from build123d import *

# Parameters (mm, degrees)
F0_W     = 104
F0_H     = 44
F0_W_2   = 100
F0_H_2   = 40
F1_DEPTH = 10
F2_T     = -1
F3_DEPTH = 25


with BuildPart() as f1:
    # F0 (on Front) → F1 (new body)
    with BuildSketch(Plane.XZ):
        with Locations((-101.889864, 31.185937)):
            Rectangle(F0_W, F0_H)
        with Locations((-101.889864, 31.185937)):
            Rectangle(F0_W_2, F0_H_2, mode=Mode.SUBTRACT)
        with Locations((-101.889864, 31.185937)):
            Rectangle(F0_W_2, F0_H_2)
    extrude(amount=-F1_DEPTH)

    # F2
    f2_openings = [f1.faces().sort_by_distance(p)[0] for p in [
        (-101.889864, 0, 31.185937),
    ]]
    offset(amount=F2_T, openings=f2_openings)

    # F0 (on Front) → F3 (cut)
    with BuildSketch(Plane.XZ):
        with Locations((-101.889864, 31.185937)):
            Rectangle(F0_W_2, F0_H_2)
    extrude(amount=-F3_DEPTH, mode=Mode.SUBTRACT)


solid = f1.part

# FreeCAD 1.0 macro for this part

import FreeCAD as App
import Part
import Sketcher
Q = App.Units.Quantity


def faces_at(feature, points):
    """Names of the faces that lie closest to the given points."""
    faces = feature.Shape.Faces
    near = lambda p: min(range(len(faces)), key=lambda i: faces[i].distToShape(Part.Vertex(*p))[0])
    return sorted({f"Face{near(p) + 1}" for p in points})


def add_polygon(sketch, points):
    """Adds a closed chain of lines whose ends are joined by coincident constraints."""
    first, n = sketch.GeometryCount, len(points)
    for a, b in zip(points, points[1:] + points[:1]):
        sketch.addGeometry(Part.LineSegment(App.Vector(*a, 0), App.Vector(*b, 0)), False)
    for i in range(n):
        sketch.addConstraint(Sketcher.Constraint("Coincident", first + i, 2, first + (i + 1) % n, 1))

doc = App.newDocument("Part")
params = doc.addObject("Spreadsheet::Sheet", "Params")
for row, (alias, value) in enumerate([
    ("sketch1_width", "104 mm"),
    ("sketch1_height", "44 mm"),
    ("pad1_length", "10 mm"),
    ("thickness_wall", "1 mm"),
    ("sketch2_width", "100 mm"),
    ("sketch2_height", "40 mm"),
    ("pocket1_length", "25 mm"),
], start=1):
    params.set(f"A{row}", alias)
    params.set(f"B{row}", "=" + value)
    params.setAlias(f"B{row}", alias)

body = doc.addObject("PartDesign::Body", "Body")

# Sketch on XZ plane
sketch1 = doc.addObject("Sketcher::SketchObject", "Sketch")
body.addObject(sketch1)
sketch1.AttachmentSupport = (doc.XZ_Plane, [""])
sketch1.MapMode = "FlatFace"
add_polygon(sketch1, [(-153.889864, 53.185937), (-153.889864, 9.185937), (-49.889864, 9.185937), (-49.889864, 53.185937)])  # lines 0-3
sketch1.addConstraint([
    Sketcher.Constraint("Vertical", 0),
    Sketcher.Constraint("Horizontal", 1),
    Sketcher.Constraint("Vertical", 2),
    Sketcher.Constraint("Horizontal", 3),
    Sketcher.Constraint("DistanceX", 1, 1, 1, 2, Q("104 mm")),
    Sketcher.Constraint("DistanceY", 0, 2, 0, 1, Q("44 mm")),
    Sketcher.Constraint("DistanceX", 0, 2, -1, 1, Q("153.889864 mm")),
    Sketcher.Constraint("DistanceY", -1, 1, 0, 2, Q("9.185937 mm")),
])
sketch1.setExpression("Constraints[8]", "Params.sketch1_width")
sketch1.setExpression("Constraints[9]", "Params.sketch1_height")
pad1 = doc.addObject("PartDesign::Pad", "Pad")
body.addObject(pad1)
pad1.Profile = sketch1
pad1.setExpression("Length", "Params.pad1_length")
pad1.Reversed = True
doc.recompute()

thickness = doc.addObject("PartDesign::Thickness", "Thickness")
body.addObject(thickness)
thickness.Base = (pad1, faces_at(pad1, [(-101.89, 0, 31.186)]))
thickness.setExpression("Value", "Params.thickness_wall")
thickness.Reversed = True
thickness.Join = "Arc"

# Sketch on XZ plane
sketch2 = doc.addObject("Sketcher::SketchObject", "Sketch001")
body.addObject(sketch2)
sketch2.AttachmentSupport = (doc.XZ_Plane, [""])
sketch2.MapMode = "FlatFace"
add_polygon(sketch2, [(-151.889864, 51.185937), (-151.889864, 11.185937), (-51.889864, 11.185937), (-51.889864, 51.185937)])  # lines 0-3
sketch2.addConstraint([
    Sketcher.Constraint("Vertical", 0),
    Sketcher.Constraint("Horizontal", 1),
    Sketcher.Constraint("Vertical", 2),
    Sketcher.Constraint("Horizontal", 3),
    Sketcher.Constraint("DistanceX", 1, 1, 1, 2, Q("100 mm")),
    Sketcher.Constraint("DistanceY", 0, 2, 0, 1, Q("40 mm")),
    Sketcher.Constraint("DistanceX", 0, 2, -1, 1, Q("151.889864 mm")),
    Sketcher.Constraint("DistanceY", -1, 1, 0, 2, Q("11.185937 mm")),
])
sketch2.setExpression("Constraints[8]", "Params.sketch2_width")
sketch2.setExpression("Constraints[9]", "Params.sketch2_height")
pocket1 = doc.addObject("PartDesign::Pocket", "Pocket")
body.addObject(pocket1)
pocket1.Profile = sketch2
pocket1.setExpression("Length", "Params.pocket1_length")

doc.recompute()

****************************************

THE TASK |
All the records shown above need to be given again exactly.

PROBLEM SOLUTION |
from build123d import *

# Parameters (mm, degrees)
F0_W     = 104
F0_H     = 44
F0_W_2   = 100
F0_H_2   = 40
F1_DEPTH = 10
F2_T     = -1
F3_DEPTH = 25


with BuildPart() as f1:
    # F0 (on Front) → F1 (new body)
    with BuildSketch(Plane.XZ):
        with Locations((-101.889864, 31.185937)):
            Rectangle(F0_W, F0_H)
        with Locations((-101.889864, 31.185937)):
            Rectangle(F0_W_2, F0_H_2, mode=Mode.SUBTRACT)
        with Locations((-101.889864, 31.185937)):
            Rectangle(F0_W_2, F0_H_2)
    extrude(amount=-F1_DEPTH)

    # F2
    f2_openings = [f1.faces().sort_by_distance(p)[0] for p in [
        (-101.889864, 0, 31.185937),
    ]]
    offset(amount=F2_T, openings=f2_openings)

    # F0 (on Front) → F3 (cut)
    with BuildSketch(Plane.XZ):
        with Locations((-101.889864, 31.185937)):
            Rectangle(F0_W_2, F0_H_2)
    extrude(amount=-F3_DEPTH, mode=Mode.SUBTRACT)


solid = f1.part

# FreeCAD 1.0 macro for this part

import FreeCAD as App
import Part
import Sketcher
Q = App.Units.Quantity


def faces_at(feature, points):
    """Names of the faces that lie closest to the given points."""
    faces = feature.Shape.Faces
    near = lambda p: min(range(len(faces)), key=lambda i: faces[i].distToShape(Part.Vertex(*p))[0])
    return sorted({f"Face{near(p) + 1}" for p in points})


def add_polygon(sketch, points):
    """Adds a closed chain of lines whose ends are joined by coincident constraints."""
    first, n = sketch.GeometryCount, len(points)
    for a, b in zip(points, points[1:] + points[:1]):
        sketch.addGeometry(Part.LineSegment(App.Vector(*a, 0), App.Vector(*b, 0)), False)
    for i in range(n):
        sketch.addConstraint(Sketcher.Constraint("Coincident", first + i, 2, first + (i + 1) % n, 1))

doc = App.newDocument("Part")
params = doc.addObject("Spreadsheet::Sheet", "Params")
for row, (alias, value) in enumerate([
    ("sketch1_width", "104 mm"),
    ("sketch1_height", "44 mm"),
    ("pad1_length", "10 mm"),
    ("thickness_wall", "1 mm"),
    ("sketch2_width", "100 mm"),
    ("sketch2_height", "40 mm"),
    ("pocket1_length", "25 mm"),
], start=1):
    params.set(f"A{row}", alias)
    params.set(f"B{row}", "=" + value)
    params.setAlias(f"B{row}", alias)

body = doc.addObject("PartDesign::Body", "Body")

# Sketch on XZ plane
sketch1 = doc.addObject("Sketcher::SketchObject", "Sketch")
body.addObject(sketch1)
sketch1.AttachmentSupport = (doc.XZ_Plane, [""])
sketch1.MapMode = "FlatFace"
add_polygon(sketch1, [(-153.889864, 53.185937), (-153.889864, 9.185937), (-49.889864, 9.185937), (-49.889864, 53.185937)])  # lines 0-3
sketch1.addConstraint([
    Sketcher.Constraint("Vertical", 0),
    Sketcher.Constraint("Horizontal", 1),
    Sketcher.Constraint("Vertical", 2),
    Sketcher.Constraint("Horizontal", 3),
    Sketcher.Constraint("DistanceX", 1, 1, 1, 2, Q("104 mm")),
    Sketcher.Constraint("DistanceY", 0, 2, 0, 1, Q("44 mm")),
    Sketcher.Constraint("DistanceX", 0, 2, -1, 1, Q("153.889864 mm")),
    Sketcher.Constraint("DistanceY", -1, 1, 0, 2, Q("9.185937 mm")),
])
sketch1.setExpression("Constraints[8]", "Params.sketch1_width")
sketch1.setExpression("Constraints[9]", "Params.sketch1_height")
pad1 = doc.addObject("PartDesign::Pad", "Pad")
body.addObject(pad1)
pad1.Profile = sketch1
pad1.setExpression("Length", "Params.pad1_length")
pad1.Reversed = True
doc.recompute()

thickness = doc.addObject("PartDesign::Thickness", "Thickness")
body.addObject(thickness)
thickness.Base = (pad1, faces_at(pad1, [(-101.89, 0, 31.186)]))
thickness.setExpression("Value", "Params.thickness_wall")
thickness.Reversed = True
thickness.Join = "Arc"

# Sketch on XZ plane
sketch2 = doc.addObject("Sketcher::SketchObject", "Sketch001")
body.addObject(sketch2)
sketch2.AttachmentSupport = (doc.XZ_Plane, [""])
sketch2.MapMode = "FlatFace"
add_polygon(sketch2, [(-151.889864, 51.185937), (-151.889864, 11.185937), (-51.889864, 11.185937), (-51.889864, 51.185937)])  # lines 0-3
sketch2.addConstraint([
    Sketcher.Constraint("Vertical", 0),
    Sketcher.Constraint("Horizontal", 1),
    Sketcher.Constraint("Vertical", 2),
    Sketcher.Constraint("Horizontal", 3),
    Sketcher.Constraint("DistanceX", 1, 1, 1, 2, Q("100 mm")),
    Sketcher.Constraint("DistanceY", 0, 2, 0, 1, Q("40 mm")),
    Sketcher.Constraint("DistanceX", 0, 2, -1, 1, Q("151.889864 mm")),
    Sketcher.Constraint("DistanceY", -1, 1, 0, 2, Q("11.185937 mm")),
])
sketch2.setExpression("Constraints[8]", "Params.sketch2_width")
sketch2.setExpression("Constraints[9]", "Params.sketch2_height")
pocket1 = doc.addObject("PartDesign::Pocket", "Pocket")
body.addObject(pocket1)
pocket1.Profile = sketch2
pocket1.setExpression("Length", "Params.pocket1_length")

doc.recompute()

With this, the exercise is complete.